» Task objective: Locate all lines in the data below that hold "CIRCLE" and show them.

Saved entries:
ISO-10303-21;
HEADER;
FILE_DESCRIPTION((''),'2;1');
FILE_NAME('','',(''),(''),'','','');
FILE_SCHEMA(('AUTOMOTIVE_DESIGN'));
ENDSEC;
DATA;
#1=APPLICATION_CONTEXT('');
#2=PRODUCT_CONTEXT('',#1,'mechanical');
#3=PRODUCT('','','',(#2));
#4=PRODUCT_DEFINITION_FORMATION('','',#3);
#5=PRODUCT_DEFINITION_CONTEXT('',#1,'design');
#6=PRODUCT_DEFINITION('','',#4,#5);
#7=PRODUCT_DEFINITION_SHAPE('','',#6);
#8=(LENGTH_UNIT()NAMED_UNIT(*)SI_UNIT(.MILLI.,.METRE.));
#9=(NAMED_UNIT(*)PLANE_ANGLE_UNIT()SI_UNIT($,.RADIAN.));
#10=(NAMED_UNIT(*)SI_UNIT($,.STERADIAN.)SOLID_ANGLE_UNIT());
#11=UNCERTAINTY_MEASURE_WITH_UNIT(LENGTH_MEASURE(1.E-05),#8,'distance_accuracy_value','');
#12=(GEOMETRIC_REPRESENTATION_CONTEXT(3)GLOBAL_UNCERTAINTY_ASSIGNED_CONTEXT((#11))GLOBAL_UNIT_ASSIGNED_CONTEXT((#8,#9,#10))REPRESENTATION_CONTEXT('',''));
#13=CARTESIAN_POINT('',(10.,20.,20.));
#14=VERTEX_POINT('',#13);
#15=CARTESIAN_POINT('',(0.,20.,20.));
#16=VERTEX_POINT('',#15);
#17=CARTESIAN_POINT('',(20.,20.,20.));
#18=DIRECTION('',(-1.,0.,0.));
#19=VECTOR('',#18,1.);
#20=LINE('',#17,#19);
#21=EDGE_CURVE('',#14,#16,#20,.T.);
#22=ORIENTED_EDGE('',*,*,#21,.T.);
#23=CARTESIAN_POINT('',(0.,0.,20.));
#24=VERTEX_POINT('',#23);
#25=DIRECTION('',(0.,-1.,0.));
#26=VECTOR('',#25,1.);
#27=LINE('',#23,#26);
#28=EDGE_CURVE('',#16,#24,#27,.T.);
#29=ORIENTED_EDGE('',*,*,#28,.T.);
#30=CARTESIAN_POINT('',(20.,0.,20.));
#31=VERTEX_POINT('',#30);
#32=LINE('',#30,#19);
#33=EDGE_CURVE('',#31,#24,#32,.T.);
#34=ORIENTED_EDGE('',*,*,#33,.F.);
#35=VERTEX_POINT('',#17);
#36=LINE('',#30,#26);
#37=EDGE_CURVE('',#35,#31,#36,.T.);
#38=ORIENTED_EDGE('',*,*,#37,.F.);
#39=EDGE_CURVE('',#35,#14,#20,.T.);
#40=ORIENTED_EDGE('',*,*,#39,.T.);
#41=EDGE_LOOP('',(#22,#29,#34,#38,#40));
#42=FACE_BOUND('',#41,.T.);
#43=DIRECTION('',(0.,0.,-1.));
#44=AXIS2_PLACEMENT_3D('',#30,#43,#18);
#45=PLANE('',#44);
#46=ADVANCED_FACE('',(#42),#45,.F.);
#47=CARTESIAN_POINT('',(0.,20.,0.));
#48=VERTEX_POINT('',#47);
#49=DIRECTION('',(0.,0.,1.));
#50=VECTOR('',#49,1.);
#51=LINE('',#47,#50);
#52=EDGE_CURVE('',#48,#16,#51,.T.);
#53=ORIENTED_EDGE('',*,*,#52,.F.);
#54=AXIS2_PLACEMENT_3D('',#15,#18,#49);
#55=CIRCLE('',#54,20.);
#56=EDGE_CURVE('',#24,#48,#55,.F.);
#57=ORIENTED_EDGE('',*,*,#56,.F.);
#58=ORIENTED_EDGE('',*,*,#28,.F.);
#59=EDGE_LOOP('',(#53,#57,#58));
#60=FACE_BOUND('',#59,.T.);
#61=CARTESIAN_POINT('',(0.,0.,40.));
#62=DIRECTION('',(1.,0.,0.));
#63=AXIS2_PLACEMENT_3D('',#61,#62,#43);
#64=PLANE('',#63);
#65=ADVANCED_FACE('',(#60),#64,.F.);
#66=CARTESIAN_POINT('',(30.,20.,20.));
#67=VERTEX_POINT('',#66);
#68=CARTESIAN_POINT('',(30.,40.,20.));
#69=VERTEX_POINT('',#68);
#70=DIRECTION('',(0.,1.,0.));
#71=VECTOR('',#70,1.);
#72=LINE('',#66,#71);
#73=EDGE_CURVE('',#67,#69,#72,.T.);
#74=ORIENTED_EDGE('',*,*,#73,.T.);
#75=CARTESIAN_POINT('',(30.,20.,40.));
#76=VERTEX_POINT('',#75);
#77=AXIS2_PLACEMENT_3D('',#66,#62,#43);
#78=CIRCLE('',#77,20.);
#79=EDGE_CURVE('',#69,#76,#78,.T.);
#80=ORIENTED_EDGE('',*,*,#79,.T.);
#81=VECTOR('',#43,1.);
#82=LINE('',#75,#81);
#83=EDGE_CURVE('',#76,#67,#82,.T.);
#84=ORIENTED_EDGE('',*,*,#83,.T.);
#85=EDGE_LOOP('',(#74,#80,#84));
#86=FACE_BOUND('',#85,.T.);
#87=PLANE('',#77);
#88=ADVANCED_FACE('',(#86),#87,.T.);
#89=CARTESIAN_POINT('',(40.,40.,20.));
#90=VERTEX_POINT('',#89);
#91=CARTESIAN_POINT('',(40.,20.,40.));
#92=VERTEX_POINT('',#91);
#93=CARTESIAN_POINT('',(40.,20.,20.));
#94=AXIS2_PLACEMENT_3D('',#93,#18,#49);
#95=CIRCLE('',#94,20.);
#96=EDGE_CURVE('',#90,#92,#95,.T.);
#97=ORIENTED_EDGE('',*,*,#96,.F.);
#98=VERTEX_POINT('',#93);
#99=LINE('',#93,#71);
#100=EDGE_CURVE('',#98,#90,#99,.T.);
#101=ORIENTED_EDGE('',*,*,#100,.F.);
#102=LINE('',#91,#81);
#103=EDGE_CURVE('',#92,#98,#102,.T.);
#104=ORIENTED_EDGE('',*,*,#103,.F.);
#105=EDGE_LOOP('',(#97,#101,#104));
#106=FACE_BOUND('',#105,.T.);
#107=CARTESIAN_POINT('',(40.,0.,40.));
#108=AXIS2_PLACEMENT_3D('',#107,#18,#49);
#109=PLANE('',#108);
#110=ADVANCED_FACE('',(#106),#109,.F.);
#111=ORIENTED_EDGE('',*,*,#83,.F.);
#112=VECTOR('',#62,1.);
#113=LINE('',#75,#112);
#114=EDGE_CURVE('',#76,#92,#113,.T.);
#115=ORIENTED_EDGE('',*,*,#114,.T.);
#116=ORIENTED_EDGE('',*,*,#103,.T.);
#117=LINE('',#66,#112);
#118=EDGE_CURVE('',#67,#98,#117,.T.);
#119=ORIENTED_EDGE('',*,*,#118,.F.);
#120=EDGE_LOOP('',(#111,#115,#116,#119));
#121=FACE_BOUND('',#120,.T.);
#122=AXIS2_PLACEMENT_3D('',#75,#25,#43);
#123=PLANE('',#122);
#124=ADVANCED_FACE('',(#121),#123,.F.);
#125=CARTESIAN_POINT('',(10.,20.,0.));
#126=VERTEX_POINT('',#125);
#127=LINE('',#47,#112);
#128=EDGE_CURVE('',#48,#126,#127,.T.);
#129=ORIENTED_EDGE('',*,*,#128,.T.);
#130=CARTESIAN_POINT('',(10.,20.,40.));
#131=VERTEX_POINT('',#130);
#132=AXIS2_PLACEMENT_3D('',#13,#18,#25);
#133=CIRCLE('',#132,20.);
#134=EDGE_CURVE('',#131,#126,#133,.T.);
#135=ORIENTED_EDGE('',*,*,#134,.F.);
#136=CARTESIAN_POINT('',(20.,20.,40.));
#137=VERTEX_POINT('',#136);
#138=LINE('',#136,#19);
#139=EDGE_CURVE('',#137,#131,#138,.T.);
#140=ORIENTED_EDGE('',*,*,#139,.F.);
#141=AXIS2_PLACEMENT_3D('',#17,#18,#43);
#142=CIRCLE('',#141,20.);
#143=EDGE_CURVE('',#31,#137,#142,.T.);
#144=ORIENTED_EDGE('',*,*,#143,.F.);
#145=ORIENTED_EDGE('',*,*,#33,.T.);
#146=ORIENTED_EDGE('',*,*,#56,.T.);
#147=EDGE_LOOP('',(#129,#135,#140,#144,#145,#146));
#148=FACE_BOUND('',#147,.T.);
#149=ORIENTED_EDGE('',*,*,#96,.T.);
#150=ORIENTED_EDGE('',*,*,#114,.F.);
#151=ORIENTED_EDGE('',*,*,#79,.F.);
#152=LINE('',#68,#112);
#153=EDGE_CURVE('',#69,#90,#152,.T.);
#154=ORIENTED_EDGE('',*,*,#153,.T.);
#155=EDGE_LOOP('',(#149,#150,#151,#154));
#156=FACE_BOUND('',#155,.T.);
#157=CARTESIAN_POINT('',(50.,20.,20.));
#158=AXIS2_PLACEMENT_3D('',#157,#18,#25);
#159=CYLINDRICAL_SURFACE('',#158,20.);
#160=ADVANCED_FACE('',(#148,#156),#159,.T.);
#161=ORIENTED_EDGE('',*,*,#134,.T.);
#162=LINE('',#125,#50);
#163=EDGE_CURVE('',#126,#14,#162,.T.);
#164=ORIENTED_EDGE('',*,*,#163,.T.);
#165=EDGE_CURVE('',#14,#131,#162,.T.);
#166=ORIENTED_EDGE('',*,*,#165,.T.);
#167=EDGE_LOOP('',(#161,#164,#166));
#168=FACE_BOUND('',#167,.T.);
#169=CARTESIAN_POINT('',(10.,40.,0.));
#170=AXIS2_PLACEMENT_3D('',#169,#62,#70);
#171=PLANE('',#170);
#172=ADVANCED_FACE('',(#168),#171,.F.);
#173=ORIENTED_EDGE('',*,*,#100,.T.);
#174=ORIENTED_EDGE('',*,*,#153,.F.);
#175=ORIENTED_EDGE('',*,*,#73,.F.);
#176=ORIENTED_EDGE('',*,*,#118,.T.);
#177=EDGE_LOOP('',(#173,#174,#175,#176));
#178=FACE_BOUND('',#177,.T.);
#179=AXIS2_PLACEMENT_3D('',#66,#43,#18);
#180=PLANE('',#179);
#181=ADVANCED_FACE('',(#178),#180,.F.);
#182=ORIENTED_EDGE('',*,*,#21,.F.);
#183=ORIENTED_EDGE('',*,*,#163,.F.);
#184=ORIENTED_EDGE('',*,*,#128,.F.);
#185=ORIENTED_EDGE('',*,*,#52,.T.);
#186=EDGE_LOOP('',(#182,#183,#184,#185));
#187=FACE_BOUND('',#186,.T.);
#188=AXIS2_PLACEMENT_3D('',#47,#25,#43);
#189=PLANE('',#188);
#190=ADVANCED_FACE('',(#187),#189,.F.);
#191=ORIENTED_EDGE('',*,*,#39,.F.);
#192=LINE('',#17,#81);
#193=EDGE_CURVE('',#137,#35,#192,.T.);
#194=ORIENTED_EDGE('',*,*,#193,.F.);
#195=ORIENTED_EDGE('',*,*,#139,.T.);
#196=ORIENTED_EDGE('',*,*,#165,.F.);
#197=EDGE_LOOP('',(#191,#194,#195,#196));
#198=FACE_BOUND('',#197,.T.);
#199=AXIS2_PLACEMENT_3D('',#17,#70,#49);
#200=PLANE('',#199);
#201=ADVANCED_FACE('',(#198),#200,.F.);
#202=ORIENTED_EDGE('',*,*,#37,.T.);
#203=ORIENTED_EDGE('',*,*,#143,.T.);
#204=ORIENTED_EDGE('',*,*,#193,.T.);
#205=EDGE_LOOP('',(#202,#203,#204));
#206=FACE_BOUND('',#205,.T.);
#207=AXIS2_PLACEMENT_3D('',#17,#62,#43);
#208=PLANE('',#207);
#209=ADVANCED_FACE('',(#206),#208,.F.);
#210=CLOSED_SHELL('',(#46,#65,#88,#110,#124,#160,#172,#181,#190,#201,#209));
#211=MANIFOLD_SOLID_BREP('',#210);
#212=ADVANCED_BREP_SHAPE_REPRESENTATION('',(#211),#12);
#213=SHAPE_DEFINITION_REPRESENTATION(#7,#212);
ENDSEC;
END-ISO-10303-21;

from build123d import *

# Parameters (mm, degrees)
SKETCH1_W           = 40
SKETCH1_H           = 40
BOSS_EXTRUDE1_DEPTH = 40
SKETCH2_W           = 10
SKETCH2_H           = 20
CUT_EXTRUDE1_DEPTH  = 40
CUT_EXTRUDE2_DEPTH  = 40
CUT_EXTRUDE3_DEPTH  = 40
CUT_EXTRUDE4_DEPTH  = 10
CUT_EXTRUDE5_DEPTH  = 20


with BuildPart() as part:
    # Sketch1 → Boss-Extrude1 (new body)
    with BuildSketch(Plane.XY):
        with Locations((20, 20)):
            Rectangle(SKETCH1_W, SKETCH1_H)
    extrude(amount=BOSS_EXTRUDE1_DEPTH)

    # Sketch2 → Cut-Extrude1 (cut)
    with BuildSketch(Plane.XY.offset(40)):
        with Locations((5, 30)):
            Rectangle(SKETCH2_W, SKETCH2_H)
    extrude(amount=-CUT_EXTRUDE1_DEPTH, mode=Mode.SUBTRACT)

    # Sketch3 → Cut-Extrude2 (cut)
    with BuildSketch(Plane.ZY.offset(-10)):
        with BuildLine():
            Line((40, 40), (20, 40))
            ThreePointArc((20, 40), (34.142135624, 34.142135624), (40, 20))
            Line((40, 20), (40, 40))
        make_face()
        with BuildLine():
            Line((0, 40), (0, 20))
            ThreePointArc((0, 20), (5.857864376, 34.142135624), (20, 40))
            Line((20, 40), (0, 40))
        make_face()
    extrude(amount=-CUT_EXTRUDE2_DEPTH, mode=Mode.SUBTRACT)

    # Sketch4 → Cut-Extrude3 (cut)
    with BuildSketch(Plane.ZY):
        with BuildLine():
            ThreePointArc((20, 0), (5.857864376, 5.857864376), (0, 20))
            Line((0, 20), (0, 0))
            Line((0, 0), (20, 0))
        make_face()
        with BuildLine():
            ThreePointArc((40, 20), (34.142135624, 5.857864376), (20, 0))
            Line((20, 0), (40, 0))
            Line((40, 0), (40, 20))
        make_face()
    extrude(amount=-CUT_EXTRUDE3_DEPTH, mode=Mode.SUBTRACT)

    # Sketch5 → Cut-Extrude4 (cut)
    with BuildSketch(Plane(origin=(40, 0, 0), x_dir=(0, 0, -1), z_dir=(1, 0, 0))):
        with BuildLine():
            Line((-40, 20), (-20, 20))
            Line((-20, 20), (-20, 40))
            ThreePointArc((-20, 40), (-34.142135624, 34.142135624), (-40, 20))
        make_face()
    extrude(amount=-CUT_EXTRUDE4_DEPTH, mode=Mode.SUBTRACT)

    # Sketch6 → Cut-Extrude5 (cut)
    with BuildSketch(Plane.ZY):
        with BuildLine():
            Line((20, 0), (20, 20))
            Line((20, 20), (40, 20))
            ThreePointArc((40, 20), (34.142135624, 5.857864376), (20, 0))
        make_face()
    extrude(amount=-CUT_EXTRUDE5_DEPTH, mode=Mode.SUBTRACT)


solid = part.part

» Response to this exercise:
#55=CIRCLE('',#54,20.);
#78=CIRCLE('',#77,20.);
#95=CIRCLE('',#94,20.);
#133=CIRCLE('',#132,20.);
#142=CIRCLE('',#141,20.);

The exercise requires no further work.